### Task objective
Find the line with "f 291 288 281" in the entries below, then reproduce it and every line after it down to and including the line with "f 304 50 259", exactly.

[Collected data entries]

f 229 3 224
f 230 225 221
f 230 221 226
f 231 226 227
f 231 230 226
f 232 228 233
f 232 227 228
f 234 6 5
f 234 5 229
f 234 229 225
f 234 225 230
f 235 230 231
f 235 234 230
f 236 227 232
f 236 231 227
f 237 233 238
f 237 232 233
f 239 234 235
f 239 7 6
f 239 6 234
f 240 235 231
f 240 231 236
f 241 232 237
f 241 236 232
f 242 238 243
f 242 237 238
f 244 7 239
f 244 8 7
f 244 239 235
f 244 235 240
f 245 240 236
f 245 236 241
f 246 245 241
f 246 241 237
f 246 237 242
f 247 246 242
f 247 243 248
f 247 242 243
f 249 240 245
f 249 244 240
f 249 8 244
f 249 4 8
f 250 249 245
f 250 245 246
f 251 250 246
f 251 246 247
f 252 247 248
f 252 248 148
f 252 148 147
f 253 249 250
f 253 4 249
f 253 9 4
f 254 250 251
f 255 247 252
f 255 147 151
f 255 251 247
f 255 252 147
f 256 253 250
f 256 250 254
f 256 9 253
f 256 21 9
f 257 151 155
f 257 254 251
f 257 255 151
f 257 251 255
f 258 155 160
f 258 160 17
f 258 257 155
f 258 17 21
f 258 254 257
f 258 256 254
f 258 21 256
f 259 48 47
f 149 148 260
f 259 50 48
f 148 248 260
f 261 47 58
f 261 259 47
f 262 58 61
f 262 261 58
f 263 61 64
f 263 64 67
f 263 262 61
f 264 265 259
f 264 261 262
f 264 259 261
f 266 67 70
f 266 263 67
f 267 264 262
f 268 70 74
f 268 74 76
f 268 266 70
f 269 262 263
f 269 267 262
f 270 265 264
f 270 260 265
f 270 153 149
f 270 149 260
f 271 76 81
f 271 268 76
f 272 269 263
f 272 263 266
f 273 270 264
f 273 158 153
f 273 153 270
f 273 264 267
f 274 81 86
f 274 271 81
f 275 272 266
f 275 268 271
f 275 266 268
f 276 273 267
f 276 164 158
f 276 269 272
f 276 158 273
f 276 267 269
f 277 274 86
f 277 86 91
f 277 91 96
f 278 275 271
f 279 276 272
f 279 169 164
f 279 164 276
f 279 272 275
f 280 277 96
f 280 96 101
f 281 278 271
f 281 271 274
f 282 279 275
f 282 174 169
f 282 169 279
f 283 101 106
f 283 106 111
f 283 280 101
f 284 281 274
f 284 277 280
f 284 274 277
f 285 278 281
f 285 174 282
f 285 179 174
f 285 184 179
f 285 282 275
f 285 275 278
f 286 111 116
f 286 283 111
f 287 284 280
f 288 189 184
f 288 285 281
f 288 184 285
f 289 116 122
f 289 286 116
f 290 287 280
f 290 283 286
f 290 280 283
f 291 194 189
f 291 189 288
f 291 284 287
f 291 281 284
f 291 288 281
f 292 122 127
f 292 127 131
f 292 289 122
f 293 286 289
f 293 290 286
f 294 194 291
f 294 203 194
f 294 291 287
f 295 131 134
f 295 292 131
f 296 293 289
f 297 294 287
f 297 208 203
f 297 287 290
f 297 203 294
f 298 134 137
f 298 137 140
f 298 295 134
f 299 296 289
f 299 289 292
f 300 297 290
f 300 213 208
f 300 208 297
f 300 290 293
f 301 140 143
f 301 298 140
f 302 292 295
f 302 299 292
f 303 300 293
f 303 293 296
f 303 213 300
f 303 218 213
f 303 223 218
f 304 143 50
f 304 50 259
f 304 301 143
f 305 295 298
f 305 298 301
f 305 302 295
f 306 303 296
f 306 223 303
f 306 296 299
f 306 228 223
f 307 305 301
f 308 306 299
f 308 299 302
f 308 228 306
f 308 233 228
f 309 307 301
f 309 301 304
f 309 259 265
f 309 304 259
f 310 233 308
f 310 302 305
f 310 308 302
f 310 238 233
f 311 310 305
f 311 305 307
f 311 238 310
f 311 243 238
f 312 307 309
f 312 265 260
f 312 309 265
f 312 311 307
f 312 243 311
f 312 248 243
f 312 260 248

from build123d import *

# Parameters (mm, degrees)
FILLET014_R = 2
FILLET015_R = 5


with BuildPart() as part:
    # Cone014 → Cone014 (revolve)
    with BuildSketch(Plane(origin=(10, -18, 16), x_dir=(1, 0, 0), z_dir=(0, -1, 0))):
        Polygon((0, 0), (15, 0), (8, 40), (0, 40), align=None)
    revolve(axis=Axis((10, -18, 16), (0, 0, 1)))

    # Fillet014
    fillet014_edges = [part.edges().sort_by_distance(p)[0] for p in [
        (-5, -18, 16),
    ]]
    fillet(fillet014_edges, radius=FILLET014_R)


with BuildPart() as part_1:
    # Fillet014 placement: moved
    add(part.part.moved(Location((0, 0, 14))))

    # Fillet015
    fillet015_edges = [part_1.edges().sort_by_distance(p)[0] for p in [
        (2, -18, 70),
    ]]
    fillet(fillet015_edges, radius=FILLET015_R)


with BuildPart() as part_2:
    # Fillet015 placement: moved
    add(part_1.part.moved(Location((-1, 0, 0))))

### Reply to the task
f 291 288 281
f 292 122 127
f 292 127 131
f 292 289 122
f 293 286 289
f 293 290 286
f 294 194 291
f 294 203 194
f 294 291 287
f 295 131 134
f 295 292 131
f 296 293 289
f 297 294 287
f 297 208 203
f 297 287 290
f 297 203 294
f 298 134 137
f 298 137 140
f 298 295 134
f 299 296 289
f 299 289 292
f 300 297 290
f 300 213 208
f 300 208 297
f 300 290 293
f 301 140 143
f 301 298 140
f 302 292 295
f 302 299 292
f 303 300 293
f 303 293 296
f 303 213 300
f 303 218 213
f 303 223 218
f 304 143 50
f 304 50 259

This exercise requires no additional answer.